4. CLINICIANS SHOULD DETERMINE THE CAUSE OF PERSISTENT A CANINUM INFECTION TO OPTIMALLY MANAGE EACH PATIENT.

Persistent cases of A caninum infection can be caused by either larval leak (ie, arrested larvae in somatic tissues continuously migrate to the small intestine, where they develop to the adult stage⁹) or true drug resistance; it is important to distinguish between these situations to optimally manage each patient. Dogs with larval leak typically shed hookworm eggs in small numbers, with treatment only yielding a temporary interruption in egg shedding due to newly reactivated larvae repopulating the gut. In contrast, when worms are MDR, treatments fail to interrupt egg shedding. Performing both pretreatment and 14-day post-treatment fecal egg counts is required to make this distinction.

5. ALTHOUGH ALL RESISTANT A CANINUM ISOLATES EXAMINED TO DATE WERE MDR TO ALL 3 DRUG CLASSES, SOME MAY ONLY BE RESISTANT TO 1 OR 2 DRUG CLASSES.

All resistant A caninum isolates that the authors have tested to date have been MDR to all 3 drug classes mentioned previously. However, it is possible that some A caninum isolates are only resistant to 1 or 2 drug classes. Of note, resistance is not an “all or none” phenomenon; resistance levels differ depending on recent treatment history of the dog(s) transmitting and carrying resistant hookworms.

6. ONLY 1 TEST IS CLINICALLY USEFUL FOR DIAGNOSING ANTHELMINTIC RESISTANCE IN A CANINUM.

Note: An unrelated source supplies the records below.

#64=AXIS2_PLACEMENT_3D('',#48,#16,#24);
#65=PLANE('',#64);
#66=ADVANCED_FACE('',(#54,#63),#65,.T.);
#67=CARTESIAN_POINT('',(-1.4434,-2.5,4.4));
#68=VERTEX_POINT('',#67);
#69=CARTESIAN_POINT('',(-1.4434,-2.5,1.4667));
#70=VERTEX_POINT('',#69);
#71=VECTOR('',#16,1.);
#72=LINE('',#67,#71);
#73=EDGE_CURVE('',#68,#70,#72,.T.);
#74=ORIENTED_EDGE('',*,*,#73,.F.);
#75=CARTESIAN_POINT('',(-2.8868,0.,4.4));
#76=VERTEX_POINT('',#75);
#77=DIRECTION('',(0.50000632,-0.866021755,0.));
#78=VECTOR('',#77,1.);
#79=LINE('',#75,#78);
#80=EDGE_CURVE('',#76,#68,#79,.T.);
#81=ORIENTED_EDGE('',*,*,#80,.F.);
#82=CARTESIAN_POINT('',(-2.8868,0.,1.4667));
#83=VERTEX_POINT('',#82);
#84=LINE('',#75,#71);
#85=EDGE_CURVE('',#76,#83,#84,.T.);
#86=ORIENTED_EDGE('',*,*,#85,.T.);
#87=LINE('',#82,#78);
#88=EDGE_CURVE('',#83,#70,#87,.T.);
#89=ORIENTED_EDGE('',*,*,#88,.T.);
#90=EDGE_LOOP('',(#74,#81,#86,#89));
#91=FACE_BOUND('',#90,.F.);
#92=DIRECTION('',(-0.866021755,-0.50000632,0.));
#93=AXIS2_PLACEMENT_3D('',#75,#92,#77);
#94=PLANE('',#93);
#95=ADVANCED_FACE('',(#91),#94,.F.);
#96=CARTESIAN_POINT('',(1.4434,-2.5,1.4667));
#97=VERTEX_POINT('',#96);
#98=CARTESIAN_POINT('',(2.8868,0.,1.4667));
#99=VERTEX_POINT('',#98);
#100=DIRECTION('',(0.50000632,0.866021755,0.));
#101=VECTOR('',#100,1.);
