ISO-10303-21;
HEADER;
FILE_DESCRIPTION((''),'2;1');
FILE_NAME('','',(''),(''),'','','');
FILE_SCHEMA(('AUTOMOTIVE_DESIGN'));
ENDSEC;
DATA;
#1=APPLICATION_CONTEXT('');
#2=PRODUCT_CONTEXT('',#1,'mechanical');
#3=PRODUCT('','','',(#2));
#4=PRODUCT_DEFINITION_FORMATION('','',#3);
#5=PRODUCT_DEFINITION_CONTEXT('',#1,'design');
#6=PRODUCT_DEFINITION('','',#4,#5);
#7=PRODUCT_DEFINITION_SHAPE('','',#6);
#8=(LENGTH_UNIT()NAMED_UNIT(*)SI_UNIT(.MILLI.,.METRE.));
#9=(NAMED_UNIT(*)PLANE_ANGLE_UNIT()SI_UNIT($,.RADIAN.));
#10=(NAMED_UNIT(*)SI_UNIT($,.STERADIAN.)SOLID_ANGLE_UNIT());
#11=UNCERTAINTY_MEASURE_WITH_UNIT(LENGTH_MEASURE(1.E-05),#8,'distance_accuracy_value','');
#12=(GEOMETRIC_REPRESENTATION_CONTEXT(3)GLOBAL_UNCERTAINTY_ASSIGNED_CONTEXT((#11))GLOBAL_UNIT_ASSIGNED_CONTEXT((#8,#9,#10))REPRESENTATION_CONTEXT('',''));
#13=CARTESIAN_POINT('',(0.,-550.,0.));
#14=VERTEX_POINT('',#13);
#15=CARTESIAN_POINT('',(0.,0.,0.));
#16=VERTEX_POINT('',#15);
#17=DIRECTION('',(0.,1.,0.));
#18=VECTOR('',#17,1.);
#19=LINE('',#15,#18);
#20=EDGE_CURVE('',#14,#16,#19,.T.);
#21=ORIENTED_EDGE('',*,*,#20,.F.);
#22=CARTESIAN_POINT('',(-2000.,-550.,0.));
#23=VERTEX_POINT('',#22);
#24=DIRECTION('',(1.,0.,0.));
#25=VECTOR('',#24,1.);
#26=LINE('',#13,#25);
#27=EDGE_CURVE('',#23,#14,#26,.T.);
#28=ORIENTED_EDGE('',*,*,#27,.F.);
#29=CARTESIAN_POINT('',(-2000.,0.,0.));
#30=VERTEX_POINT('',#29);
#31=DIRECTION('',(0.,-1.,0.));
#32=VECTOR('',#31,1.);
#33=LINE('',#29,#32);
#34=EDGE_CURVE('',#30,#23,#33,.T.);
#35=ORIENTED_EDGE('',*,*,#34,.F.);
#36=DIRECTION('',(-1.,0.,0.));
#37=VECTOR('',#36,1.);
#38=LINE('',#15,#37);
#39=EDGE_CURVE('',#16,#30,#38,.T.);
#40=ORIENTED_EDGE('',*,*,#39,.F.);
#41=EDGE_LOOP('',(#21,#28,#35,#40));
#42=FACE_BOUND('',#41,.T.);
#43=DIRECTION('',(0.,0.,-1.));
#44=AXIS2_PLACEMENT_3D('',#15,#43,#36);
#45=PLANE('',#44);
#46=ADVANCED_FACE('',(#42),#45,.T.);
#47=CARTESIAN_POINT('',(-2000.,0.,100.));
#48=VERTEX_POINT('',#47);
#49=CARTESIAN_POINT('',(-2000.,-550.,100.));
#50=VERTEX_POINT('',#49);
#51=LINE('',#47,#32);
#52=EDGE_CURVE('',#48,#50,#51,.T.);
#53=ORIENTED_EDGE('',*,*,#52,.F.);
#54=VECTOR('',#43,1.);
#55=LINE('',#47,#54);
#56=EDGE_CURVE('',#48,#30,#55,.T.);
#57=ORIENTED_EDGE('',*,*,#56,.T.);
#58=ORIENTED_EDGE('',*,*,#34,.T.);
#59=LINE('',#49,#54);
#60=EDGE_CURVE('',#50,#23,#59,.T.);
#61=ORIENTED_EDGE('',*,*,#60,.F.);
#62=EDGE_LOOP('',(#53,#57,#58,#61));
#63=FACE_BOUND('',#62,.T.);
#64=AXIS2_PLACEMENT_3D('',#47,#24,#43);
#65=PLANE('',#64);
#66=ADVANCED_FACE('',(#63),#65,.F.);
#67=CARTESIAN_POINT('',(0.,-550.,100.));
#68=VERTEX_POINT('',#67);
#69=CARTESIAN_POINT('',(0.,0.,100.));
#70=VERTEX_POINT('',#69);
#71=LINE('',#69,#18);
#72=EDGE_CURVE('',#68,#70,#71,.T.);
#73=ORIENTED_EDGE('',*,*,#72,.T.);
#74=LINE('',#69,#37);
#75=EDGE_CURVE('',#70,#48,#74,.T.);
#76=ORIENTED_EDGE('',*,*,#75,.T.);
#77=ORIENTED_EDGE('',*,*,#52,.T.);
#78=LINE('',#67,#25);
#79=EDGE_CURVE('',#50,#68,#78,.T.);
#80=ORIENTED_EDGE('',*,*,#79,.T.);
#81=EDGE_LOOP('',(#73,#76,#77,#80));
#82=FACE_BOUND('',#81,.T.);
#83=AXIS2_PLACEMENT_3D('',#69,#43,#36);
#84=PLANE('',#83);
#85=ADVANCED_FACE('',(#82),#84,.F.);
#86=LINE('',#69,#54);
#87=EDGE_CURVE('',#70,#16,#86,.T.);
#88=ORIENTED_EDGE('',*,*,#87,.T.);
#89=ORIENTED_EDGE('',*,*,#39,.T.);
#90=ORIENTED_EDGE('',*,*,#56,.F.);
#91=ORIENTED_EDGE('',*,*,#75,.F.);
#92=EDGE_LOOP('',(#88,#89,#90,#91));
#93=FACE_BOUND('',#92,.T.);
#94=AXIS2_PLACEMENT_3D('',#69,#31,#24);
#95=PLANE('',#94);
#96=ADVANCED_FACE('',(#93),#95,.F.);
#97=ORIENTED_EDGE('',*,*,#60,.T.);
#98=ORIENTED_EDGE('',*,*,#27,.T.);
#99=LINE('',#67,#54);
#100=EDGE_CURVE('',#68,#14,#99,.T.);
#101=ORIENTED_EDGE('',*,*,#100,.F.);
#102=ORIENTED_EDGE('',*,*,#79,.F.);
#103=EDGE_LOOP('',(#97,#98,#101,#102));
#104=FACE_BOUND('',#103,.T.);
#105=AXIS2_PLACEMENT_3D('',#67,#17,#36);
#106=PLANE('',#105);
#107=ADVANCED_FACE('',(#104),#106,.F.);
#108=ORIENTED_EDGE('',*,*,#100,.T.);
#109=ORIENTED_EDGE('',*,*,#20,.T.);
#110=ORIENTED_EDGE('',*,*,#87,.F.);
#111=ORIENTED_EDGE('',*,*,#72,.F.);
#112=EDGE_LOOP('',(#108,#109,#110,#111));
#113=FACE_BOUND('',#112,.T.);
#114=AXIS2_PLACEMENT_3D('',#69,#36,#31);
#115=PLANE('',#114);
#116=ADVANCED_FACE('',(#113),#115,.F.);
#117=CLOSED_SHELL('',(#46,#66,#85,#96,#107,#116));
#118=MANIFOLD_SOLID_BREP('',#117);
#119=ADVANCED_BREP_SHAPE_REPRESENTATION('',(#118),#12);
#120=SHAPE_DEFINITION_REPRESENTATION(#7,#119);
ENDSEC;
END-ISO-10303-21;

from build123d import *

# Parameters (mm, degrees)
SKETCH1_W           = 2000
SKETCH1_H           = 550
BOSS_EXTRUDE1_DEPTH = 100


with BuildPart() as part:
    # Sketch1 → Boss-Extrude1 (new body)
    with BuildSketch(Plane.XY):
        with Locations((-1000, -275)):
            Rectangle(SKETCH1_W, SKETCH1_H)
    extrude(amount=BOSS_EXTRUDE1_DEPTH)


solid = part.part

The only practical method to diagnose anthelmintic resistance in A caninum is the fecal egg count reduction test, in which the number of worm eggs per gram of feces is measured both prior to and 2 weeks after treatment. Most large animal clinicians are familiar with this test, as testing for anthelmintic resistance on livestock farms has long been recommended. Due to the emergence of MDR hookworms in dogs, small animal clinicians should also become familiar with this test, which should be performed in any dog that has persistent hookworms.

Recommendations for performing this test and interpreting the results will be presented by the authors in a diagnostic, treatment, and management algorithm for resistant canine hookworm infections in an upcoming issue of Clinician’s Brief. This algorithm will also provide recommendations for short- and long-term case management.